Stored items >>
▬▬▬▬▬▬

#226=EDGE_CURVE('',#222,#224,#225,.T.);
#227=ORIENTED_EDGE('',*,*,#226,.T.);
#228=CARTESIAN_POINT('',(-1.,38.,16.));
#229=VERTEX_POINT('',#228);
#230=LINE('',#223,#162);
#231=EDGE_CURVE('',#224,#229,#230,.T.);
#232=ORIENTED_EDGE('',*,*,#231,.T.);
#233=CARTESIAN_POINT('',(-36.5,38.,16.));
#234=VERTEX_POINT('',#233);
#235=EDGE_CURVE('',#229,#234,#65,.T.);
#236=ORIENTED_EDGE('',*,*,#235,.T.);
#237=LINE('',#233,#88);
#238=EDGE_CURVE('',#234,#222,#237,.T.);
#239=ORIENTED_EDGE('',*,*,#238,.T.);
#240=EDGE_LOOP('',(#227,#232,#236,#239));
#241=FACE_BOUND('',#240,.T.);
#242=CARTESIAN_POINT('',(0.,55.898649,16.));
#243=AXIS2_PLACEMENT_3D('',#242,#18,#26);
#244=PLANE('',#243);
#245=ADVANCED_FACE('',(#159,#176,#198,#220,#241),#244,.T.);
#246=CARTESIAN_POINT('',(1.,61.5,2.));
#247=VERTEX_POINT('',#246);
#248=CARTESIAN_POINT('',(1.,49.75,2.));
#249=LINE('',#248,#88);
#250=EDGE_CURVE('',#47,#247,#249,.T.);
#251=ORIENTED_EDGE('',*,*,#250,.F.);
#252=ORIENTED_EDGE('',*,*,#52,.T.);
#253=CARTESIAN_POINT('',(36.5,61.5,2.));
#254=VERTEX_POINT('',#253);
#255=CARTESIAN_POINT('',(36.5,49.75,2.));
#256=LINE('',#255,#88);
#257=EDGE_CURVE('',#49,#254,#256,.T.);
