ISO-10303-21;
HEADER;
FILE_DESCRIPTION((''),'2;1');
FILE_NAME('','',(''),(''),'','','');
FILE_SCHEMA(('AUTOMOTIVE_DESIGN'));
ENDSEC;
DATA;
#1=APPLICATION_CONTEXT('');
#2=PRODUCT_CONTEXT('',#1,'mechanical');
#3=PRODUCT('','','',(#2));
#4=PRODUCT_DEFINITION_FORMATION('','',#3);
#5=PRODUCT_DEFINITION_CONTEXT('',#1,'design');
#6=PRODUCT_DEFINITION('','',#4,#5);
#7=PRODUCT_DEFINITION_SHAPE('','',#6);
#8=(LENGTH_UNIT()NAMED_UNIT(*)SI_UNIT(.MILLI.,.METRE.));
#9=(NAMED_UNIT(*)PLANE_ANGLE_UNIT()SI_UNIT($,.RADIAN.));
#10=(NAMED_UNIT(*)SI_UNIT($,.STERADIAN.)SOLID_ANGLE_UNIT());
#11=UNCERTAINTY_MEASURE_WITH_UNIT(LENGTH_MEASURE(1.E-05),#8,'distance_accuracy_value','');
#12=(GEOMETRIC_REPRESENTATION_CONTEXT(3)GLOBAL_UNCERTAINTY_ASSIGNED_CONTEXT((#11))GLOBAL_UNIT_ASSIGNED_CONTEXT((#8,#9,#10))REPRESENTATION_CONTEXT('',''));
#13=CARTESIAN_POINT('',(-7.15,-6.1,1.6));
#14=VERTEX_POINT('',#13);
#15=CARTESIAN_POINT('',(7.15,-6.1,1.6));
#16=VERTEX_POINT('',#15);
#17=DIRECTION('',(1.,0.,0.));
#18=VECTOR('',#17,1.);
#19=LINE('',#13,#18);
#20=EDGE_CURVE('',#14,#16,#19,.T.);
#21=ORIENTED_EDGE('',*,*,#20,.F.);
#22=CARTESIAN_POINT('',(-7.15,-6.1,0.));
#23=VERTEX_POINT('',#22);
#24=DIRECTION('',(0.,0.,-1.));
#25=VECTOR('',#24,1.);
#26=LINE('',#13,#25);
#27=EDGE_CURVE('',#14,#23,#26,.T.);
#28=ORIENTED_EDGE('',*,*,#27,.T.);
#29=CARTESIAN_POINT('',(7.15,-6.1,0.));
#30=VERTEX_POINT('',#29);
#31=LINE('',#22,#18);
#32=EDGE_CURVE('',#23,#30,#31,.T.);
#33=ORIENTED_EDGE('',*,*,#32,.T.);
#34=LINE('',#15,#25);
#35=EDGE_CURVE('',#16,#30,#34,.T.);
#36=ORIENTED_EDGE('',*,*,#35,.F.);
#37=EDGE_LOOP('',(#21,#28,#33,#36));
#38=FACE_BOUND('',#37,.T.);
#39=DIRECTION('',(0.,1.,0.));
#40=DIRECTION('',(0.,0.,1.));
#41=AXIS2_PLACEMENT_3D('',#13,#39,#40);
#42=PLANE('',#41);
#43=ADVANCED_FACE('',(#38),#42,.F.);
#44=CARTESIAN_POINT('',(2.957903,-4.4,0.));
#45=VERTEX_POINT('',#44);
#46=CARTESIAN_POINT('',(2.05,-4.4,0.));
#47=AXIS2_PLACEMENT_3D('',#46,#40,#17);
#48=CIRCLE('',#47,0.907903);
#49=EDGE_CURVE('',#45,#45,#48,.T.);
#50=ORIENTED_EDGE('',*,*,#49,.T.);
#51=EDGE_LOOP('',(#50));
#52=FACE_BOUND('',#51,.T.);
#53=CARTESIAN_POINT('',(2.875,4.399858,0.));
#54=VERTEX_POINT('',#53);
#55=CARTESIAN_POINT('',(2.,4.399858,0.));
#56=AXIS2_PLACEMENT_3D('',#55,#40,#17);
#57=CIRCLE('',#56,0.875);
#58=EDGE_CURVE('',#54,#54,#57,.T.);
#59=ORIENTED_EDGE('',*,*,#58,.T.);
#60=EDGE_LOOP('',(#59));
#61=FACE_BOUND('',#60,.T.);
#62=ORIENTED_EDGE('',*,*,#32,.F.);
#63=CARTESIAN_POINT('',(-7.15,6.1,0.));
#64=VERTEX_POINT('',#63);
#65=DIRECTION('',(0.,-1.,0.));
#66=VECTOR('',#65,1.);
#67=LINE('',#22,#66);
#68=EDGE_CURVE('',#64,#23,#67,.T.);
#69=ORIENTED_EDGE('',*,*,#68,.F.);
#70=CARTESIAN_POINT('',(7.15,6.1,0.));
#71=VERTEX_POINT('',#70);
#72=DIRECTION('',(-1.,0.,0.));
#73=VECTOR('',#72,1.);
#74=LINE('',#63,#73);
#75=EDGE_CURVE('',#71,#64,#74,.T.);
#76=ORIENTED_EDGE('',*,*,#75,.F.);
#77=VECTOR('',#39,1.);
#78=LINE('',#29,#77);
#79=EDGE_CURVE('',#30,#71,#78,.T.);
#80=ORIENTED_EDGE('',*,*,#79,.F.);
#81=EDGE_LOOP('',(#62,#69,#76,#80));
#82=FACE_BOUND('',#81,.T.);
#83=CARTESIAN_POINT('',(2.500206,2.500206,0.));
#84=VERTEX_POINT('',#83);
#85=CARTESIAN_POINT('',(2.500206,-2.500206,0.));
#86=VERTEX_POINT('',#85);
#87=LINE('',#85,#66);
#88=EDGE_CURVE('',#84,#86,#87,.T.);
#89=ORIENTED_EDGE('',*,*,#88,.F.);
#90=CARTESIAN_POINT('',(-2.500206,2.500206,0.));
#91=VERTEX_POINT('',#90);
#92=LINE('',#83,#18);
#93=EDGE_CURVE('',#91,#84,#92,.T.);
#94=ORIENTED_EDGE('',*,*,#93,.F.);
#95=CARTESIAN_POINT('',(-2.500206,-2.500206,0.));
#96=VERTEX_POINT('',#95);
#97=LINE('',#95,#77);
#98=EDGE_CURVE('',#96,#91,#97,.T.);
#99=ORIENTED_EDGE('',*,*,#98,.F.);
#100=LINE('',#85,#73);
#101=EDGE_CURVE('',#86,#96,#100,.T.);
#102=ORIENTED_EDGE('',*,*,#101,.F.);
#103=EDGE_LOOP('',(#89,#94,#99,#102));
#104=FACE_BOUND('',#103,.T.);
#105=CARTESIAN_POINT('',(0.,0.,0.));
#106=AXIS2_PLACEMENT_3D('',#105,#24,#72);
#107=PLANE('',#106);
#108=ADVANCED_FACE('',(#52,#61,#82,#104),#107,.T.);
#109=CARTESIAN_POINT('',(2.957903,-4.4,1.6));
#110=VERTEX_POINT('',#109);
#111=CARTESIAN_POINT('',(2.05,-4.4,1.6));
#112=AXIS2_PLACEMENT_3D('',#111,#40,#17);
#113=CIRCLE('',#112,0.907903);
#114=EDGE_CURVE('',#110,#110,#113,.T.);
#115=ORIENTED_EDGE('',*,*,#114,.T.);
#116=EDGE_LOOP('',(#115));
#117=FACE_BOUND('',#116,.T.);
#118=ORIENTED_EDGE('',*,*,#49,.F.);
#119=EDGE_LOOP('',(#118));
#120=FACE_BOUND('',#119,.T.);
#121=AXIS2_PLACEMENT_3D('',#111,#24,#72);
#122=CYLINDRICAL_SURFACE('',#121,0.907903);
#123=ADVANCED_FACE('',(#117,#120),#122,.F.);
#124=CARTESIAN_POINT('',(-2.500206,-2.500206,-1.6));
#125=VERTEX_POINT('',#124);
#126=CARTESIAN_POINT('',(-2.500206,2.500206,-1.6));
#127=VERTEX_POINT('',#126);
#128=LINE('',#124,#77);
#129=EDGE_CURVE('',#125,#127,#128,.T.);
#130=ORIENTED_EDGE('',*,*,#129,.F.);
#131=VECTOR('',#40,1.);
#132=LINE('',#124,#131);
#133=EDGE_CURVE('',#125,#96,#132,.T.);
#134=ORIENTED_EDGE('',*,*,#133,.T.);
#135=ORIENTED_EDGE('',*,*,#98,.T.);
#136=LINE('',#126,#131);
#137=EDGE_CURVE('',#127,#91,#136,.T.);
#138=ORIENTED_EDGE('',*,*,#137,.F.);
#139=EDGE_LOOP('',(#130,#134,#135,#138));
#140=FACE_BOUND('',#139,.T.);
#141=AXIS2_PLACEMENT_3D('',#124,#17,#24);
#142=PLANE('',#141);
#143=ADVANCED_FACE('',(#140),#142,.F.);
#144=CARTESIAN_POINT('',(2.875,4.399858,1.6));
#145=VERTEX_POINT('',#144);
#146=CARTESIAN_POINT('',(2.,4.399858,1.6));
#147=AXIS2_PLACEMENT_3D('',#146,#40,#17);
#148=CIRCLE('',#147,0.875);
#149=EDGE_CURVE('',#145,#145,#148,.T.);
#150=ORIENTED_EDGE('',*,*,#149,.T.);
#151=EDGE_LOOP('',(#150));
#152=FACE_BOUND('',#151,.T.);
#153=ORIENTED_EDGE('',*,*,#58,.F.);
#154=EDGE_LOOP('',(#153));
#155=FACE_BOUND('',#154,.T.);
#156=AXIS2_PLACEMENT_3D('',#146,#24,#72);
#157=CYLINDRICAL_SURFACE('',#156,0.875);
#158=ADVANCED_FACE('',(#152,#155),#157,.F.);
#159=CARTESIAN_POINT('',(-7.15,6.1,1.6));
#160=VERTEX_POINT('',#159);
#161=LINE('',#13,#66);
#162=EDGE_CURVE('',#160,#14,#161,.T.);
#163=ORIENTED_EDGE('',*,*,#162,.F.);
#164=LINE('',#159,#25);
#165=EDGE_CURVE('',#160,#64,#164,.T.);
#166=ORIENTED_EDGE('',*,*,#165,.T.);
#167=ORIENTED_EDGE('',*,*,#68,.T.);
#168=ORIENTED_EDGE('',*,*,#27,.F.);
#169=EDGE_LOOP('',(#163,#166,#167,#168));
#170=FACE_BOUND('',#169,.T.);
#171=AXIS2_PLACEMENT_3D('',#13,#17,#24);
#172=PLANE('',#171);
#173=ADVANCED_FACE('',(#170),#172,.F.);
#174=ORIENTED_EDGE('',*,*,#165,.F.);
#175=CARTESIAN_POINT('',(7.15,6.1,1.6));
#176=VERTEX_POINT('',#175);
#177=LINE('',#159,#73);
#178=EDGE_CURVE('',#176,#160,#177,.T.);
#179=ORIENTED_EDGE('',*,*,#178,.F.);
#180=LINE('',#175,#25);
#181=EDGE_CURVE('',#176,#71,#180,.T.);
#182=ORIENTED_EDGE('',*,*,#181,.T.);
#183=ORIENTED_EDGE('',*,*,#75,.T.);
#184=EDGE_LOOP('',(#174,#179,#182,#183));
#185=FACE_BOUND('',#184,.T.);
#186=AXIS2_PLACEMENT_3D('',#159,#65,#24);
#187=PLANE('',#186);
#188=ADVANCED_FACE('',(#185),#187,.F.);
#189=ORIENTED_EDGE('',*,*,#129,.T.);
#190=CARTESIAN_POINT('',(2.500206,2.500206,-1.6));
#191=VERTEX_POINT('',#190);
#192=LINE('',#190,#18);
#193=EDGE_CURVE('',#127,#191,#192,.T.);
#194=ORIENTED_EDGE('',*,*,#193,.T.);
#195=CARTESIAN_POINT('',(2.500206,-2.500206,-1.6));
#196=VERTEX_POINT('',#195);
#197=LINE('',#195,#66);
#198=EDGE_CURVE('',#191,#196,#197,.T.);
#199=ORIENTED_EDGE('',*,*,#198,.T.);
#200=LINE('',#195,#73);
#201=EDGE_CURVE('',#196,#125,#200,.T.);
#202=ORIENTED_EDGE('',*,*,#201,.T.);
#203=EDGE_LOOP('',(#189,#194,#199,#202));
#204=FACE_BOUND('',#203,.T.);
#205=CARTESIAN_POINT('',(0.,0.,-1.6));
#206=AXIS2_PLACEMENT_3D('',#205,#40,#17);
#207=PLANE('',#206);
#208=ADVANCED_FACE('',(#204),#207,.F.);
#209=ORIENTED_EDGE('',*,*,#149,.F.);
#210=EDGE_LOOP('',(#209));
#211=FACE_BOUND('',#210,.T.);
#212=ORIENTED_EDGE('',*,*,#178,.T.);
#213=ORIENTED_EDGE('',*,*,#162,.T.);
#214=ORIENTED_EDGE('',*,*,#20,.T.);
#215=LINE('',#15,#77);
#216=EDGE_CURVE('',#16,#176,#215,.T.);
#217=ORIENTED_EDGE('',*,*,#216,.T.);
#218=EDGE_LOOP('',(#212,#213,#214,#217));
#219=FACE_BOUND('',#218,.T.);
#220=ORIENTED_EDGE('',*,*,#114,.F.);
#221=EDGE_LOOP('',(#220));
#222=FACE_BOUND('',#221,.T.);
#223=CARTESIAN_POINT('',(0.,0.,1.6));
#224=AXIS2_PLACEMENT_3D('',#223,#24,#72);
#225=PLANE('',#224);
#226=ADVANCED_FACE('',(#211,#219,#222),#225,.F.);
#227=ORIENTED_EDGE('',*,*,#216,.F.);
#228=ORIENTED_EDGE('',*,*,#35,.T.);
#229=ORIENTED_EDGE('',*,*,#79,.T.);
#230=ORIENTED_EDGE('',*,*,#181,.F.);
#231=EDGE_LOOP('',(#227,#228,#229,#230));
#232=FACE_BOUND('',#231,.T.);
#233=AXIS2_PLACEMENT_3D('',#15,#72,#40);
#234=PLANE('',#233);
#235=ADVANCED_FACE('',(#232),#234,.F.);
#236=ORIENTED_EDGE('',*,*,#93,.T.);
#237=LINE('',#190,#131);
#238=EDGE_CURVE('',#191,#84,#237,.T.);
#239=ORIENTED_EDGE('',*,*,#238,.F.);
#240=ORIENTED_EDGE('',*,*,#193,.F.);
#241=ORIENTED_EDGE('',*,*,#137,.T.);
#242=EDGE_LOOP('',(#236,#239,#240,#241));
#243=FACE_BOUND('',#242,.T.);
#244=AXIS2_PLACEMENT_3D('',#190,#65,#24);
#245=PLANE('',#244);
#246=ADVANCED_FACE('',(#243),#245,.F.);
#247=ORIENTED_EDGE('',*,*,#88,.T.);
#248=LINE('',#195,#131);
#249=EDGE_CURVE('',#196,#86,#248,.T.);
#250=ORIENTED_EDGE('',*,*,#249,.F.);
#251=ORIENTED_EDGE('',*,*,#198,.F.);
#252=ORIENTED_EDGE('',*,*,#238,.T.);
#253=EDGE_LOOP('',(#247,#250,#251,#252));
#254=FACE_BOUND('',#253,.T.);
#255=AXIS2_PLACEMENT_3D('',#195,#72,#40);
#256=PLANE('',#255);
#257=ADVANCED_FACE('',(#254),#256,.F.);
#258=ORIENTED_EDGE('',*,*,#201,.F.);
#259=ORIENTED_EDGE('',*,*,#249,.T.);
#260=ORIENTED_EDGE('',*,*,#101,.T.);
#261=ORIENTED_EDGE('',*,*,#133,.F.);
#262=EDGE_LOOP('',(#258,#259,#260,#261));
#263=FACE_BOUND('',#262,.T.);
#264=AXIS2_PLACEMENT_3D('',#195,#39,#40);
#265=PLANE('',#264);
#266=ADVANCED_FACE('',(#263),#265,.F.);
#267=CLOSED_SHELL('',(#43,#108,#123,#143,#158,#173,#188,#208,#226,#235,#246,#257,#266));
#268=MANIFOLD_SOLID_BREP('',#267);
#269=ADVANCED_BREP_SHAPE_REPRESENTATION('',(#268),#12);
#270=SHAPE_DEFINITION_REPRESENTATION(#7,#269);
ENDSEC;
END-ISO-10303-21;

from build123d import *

# Parameters (mm, degrees)
SKETCH_1_W      = 14.3
SKETCH_1_H      = 12.2
SKETCH_1_R      = 0.875
SKETCH_1_R_2    = 0.907902719
EXTRUDE_1_DEPTH = 1.6
SKETCH_2_W      = 5.000412462
SKETCH_2_H      = 5.000412462
EXTRUDE_2_DEPTH = 1.6


with BuildPart() as part:
    # 草图1 → 凸台-拉伸1 (new body)
    with BuildSketch(Plane.XY):
        Rectangle(SKETCH_1_W, SKETCH_1_H)
        with Locations((2, 4.399857953)):
            Circle(SKETCH_1_R, mode=Mode.SUBTRACT)
        with Locations((2.05, -4.4)):
            Circle(SKETCH_1_R_2, mode=Mode.SUBTRACT)
    extrude(amount=EXTRUDE_1_DEPTH)

    # 草图2 → 凸台-拉伸2 (add)
    with BuildSketch(Plane(origin=(0, 0, 0), x_dir=(-1, 0, 0), z_dir=(0, 0, -1))):
        Rectangle(SKETCH_2_W, SKETCH_2_H)
    extrude(amount=EXTRUDE_2_DEPTH)


solid = part.part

▬▬▬▬▬▬

ASSIGNED TASK >> Copy out each line of the data above, exactly, if it lies between the line holding "#252=ORIENTED_EDGE('',*,*,#52,.T.);" and the line holding "#10=(NAMED_UNIT(*)SI_UNIT($,.STERADIAN.)SOLID_ANGLE_UNIT());", inclusive; copy no other line.

TASK RESPONSE >>
#252=ORIENTED_EDGE('',*,*,#52,.T.);
#253=CARTESIAN_POINT('',(36.5,61.5,2.));
#254=VERTEX_POINT('',#253);
#255=CARTESIAN_POINT('',(36.5,49.75,2.));
#256=LINE('',#255,#88);
#257=EDGE_CURVE('',#49,#254,#256,.T.);
ISO-10303-21;
HEADER;
FILE_DESCRIPTION((''),'2;1');
FILE_NAME('','',(''),(''),'','','');
FILE_SCHEMA(('AUTOMOTIVE_DESIGN'));
ENDSEC;
DATA;
#1=APPLICATION_CONTEXT('');
#2=PRODUCT_CONTEXT('',#1,'mechanical');
#3=PRODUCT('','','',(#2));
#4=PRODUCT_DEFINITION_FORMATION('','',#3);
#5=PRODUCT_DEFINITION_CONTEXT('',#1,'design');
#6=PRODUCT_DEFINITION('','',#4,#5);
#7=PRODUCT_DEFINITION_SHAPE('','',#6);
#8=(LENGTH_UNIT()NAMED_UNIT(*)SI_UNIT(.MILLI.,.METRE.));
#9=(NAMED_UNIT(*)PLANE_ANGLE_UNIT()SI_UNIT($,.RADIAN.));
#10=(NAMED_UNIT(*)SI_UNIT($,.STERADIAN.)SOLID_ANGLE_UNIT());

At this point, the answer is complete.